#### PROVIDED DATA ####

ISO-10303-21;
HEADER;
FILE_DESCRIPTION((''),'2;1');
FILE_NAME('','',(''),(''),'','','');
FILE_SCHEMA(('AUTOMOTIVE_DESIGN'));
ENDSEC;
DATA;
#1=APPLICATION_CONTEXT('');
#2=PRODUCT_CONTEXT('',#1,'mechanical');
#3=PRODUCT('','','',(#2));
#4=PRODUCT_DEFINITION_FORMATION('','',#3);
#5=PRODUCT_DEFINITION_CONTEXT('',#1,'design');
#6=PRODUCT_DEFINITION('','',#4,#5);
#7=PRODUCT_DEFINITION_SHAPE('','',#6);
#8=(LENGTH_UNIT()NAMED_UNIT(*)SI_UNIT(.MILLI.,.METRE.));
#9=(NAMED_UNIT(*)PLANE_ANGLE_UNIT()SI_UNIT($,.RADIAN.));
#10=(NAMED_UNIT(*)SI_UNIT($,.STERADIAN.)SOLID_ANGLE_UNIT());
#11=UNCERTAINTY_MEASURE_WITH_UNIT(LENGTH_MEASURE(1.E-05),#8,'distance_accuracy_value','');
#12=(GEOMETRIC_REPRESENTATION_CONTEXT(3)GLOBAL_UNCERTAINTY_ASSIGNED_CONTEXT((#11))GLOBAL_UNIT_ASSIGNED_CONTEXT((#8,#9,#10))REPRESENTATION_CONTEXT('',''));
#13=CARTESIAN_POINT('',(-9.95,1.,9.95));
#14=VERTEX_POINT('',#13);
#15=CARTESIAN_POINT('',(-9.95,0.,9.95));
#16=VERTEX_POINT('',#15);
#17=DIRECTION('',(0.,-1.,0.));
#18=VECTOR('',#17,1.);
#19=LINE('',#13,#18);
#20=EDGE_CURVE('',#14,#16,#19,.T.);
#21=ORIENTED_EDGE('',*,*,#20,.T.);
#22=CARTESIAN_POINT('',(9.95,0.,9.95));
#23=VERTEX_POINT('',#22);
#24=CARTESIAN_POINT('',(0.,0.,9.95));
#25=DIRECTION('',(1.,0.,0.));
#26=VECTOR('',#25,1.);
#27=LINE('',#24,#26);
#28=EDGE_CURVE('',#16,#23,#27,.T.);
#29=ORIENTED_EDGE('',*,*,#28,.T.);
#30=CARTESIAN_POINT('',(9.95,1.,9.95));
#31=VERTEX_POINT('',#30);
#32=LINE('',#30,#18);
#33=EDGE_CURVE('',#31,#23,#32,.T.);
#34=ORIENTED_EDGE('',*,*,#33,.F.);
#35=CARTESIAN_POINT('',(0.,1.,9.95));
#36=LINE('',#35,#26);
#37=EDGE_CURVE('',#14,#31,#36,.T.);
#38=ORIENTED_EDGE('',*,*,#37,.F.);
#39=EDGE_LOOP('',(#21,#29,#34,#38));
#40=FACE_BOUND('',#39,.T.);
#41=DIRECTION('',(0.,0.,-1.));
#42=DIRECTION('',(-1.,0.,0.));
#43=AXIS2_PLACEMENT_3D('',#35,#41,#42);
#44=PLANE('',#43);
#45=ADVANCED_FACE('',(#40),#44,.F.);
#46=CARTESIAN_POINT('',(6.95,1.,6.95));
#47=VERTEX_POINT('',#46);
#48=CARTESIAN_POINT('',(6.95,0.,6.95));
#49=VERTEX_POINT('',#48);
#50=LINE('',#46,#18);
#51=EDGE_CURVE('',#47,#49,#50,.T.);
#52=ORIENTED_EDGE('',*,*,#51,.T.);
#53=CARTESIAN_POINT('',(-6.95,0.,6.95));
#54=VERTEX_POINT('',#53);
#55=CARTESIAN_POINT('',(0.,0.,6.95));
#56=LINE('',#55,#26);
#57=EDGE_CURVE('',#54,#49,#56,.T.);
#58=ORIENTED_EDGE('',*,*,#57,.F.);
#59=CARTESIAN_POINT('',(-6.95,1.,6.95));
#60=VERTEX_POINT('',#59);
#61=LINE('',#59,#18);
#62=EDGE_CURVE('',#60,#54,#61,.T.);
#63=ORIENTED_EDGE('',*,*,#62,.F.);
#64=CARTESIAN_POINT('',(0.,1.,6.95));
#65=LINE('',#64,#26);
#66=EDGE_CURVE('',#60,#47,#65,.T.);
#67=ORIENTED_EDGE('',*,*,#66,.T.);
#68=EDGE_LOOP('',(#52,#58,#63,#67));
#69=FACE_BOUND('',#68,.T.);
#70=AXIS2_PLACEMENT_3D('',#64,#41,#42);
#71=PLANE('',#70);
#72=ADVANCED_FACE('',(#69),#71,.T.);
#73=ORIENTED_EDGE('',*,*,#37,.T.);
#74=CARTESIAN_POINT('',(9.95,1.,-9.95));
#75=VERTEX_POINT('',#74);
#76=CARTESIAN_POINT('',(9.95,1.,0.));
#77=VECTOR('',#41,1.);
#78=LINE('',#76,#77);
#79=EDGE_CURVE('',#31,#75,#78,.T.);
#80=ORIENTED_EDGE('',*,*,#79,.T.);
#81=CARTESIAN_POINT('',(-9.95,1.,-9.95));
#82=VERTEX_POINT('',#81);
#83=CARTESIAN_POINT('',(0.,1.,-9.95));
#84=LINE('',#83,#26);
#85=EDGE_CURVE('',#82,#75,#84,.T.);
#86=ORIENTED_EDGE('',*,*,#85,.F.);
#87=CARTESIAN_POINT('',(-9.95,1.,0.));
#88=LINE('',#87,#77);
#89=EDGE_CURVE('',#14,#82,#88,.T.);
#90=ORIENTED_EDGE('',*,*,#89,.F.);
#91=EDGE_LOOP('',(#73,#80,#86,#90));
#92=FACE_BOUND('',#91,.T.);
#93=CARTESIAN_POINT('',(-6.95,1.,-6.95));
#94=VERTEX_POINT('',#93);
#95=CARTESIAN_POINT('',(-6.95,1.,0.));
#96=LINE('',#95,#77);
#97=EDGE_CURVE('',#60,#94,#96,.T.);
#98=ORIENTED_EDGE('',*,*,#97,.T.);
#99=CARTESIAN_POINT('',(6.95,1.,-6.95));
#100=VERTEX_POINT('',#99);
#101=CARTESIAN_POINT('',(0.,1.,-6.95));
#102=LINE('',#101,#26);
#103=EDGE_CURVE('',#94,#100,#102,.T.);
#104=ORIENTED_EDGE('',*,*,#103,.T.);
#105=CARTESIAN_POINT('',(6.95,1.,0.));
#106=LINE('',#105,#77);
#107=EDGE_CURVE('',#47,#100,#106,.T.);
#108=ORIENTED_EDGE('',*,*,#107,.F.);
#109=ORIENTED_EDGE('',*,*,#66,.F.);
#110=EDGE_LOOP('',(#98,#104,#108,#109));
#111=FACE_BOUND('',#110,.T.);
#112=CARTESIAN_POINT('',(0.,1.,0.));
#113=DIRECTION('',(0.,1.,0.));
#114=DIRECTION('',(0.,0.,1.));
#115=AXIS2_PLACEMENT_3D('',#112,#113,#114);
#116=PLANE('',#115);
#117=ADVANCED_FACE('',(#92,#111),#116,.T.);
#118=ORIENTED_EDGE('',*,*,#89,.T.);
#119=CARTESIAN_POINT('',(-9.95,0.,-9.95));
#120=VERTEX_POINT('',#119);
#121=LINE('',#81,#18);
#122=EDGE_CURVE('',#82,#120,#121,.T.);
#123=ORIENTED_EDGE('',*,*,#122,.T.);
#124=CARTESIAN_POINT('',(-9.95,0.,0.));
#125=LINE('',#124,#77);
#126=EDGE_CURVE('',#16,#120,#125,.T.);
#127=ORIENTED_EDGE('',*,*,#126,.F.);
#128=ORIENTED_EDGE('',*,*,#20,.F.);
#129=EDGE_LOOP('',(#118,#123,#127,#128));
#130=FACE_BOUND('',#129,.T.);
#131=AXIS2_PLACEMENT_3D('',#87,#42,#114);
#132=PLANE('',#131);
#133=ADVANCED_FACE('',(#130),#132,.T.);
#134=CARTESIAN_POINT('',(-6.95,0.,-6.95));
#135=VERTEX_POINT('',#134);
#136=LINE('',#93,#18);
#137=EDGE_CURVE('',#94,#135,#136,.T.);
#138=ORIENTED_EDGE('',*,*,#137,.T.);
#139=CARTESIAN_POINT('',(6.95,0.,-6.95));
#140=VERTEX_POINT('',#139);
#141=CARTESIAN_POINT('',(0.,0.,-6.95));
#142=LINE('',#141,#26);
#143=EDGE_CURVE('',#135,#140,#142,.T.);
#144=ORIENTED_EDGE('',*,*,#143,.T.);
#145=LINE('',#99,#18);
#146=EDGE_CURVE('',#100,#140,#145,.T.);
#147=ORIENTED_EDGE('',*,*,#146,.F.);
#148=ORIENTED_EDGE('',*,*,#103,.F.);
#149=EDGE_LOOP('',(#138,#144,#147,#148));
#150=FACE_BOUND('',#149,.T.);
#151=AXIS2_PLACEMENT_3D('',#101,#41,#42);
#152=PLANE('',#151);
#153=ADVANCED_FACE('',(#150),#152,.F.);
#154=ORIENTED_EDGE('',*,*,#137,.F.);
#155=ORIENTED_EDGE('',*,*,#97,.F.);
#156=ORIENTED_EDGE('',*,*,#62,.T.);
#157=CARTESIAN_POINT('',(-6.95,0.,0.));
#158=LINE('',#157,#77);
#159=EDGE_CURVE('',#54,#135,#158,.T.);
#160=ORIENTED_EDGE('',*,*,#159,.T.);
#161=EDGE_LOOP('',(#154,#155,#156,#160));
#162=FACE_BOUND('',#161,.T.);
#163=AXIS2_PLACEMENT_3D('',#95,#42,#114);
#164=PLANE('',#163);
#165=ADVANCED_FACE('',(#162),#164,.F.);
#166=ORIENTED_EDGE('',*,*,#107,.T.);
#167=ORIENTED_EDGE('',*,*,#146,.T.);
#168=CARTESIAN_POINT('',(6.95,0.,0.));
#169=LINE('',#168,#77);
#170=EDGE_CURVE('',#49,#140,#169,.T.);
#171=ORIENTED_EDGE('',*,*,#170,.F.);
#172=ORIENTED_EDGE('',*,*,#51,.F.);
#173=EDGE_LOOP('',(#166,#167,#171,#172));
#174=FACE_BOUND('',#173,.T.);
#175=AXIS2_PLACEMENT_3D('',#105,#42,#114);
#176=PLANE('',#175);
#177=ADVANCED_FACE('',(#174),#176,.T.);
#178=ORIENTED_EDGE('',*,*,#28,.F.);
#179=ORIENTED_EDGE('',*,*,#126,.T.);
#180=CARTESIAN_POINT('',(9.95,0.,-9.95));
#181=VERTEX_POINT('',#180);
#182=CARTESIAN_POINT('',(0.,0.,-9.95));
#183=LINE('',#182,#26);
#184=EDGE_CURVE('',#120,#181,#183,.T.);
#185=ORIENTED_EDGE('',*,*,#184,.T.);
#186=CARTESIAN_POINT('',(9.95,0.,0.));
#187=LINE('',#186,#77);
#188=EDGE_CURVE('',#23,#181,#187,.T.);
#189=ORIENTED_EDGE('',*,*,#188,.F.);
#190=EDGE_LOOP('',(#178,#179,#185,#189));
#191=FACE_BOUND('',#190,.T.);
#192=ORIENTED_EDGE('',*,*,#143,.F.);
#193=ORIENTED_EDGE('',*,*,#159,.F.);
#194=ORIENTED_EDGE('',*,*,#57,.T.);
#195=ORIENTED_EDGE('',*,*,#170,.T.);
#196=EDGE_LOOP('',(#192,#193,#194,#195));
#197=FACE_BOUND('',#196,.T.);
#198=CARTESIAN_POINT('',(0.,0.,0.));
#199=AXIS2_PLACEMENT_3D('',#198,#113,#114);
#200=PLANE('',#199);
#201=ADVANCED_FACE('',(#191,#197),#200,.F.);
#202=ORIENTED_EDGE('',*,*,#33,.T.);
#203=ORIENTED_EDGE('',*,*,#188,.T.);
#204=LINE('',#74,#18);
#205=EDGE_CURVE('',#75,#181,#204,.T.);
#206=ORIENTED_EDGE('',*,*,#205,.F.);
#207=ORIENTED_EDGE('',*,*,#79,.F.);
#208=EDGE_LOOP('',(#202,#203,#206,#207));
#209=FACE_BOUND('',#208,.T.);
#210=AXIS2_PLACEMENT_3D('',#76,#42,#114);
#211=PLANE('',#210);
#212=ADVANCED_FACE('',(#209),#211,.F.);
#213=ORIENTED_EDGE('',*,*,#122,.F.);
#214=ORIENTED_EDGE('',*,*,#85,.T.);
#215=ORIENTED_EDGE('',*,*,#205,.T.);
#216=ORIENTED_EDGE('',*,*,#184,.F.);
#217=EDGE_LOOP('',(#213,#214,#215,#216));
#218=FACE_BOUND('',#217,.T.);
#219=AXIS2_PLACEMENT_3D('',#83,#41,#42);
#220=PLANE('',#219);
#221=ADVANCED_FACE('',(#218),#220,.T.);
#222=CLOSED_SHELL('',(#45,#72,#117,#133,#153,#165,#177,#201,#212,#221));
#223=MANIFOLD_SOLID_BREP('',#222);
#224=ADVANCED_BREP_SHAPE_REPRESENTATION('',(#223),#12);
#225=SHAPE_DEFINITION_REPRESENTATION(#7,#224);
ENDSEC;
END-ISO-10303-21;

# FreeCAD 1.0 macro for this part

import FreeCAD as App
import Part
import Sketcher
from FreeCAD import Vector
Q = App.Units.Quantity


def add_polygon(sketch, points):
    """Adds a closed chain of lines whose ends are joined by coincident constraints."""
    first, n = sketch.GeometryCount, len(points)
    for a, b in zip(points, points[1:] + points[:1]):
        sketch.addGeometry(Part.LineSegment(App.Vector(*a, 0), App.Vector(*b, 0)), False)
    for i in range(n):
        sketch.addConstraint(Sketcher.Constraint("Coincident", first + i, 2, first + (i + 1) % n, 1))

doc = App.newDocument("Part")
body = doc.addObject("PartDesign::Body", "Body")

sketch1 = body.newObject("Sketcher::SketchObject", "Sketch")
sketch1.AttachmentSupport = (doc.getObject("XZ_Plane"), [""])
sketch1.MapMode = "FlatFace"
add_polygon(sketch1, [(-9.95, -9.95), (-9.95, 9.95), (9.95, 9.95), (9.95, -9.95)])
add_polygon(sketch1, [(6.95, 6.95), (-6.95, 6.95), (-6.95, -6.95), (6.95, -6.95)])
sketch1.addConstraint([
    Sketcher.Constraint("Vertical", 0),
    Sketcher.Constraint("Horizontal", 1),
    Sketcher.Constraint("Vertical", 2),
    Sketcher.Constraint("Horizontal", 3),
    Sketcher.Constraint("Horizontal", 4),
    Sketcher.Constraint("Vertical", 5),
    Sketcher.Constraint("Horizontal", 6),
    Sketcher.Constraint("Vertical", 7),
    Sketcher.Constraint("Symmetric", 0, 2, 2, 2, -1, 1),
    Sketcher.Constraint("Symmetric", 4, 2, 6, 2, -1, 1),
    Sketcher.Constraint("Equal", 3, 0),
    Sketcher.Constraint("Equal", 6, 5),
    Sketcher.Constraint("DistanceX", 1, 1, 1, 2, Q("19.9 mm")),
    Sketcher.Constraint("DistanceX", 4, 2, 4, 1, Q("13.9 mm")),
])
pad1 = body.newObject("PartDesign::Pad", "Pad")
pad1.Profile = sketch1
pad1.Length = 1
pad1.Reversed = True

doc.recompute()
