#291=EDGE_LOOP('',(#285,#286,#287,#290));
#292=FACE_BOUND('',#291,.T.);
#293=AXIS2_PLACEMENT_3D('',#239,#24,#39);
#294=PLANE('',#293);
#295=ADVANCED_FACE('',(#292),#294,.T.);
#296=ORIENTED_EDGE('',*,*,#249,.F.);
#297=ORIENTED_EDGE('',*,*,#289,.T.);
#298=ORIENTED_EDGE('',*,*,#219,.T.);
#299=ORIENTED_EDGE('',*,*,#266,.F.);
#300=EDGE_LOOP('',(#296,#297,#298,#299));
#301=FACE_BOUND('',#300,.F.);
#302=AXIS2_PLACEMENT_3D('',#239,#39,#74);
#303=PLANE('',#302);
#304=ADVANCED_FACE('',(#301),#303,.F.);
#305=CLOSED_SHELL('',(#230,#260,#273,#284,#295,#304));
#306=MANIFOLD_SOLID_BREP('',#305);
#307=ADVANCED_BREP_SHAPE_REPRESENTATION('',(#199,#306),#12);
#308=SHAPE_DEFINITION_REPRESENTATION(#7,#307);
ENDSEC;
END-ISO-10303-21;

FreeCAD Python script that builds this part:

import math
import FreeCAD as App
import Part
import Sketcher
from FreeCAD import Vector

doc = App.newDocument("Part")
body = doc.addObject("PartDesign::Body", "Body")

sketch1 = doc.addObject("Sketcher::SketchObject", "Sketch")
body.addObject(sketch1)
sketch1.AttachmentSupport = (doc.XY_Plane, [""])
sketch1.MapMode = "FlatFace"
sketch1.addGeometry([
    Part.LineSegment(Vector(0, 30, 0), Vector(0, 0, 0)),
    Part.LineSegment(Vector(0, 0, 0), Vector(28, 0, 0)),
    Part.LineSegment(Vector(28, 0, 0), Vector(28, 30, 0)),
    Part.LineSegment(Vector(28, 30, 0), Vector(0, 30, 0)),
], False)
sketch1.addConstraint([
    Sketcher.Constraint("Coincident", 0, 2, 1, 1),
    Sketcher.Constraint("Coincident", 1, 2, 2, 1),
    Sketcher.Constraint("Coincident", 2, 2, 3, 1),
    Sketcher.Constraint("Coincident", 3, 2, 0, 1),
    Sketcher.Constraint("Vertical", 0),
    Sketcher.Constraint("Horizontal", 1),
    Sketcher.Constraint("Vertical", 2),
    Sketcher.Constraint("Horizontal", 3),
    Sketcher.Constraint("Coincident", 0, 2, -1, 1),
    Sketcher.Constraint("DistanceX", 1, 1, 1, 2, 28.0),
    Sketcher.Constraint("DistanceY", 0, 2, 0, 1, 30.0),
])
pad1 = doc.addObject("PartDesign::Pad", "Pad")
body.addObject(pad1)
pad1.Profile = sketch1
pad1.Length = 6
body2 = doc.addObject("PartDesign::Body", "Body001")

####

■ **WORK ORDER**
Reproduce exactly the lines from the one containing "#306=MANIFOLD_SOLID_BREP('',#305);" through the last line of the records above, including both, and nothing else.

■ **RESPONSE BOX**
#306=MANIFOLD_SOLID_BREP('',#305);
#307=ADVANCED_BREP_SHAPE_REPRESENTATION('',(#199,#306),#12);
#308=SHAPE_DEFINITION_REPRESENTATION(#7,#307);
ENDSEC;
END-ISO-10303-21;

FreeCAD Python script that builds this part:

import math
import FreeCAD as App
import Part
import Sketcher
from FreeCAD import Vector

doc = App.newDocument("Part")
body = doc.addObject("PartDesign::Body", "Body")

sketch1 = doc.addObject("Sketcher::SketchObject", "Sketch")
body.addObject(sketch1)
sketch1.AttachmentSupport = (doc.XY_Plane, [""])
sketch1.MapMode = "FlatFace"
sketch1.addGeometry([
    Part.LineSegment(Vector(0, 30, 0), Vector(0, 0, 0)),
    Part.LineSegment(Vector(0, 0, 0), Vector(28, 0, 0)),
    Part.LineSegment(Vector(28, 0, 0), Vector(28, 30, 0)),
    Part.LineSegment(Vector(28, 30, 0), Vector(0, 30, 0)),
], False)
sketch1.addConstraint([
    Sketcher.Constraint("Coincident", 0, 2, 1, 1),
    Sketcher.Constraint("Coincident", 1, 2, 2, 1),
    Sketcher.Constraint("Coincident", 2, 2, 3, 1),
    Sketcher.Constraint("Coincident", 3, 2, 0, 1),
    Sketcher.Constraint("Vertical", 0),
    Sketcher.Constraint("Horizontal", 1),
    Sketcher.Constraint("Vertical", 2),
    Sketcher.Constraint("Horizontal", 3),
    Sketcher.Constraint("Coincident", 0, 2, -1, 1),
    Sketcher.Constraint("DistanceX", 1, 1, 1, 2, 28.0),
    Sketcher.Constraint("DistanceY", 0, 2, 0, 1, 30.0),
])
pad1 = doc.addObject("PartDesign::Pad", "Pad")
body.addObject(pad1)
pad1.Profile = sketch1
pad1.Length = 6
body2 = doc.addObject("PartDesign::Body", "Body001")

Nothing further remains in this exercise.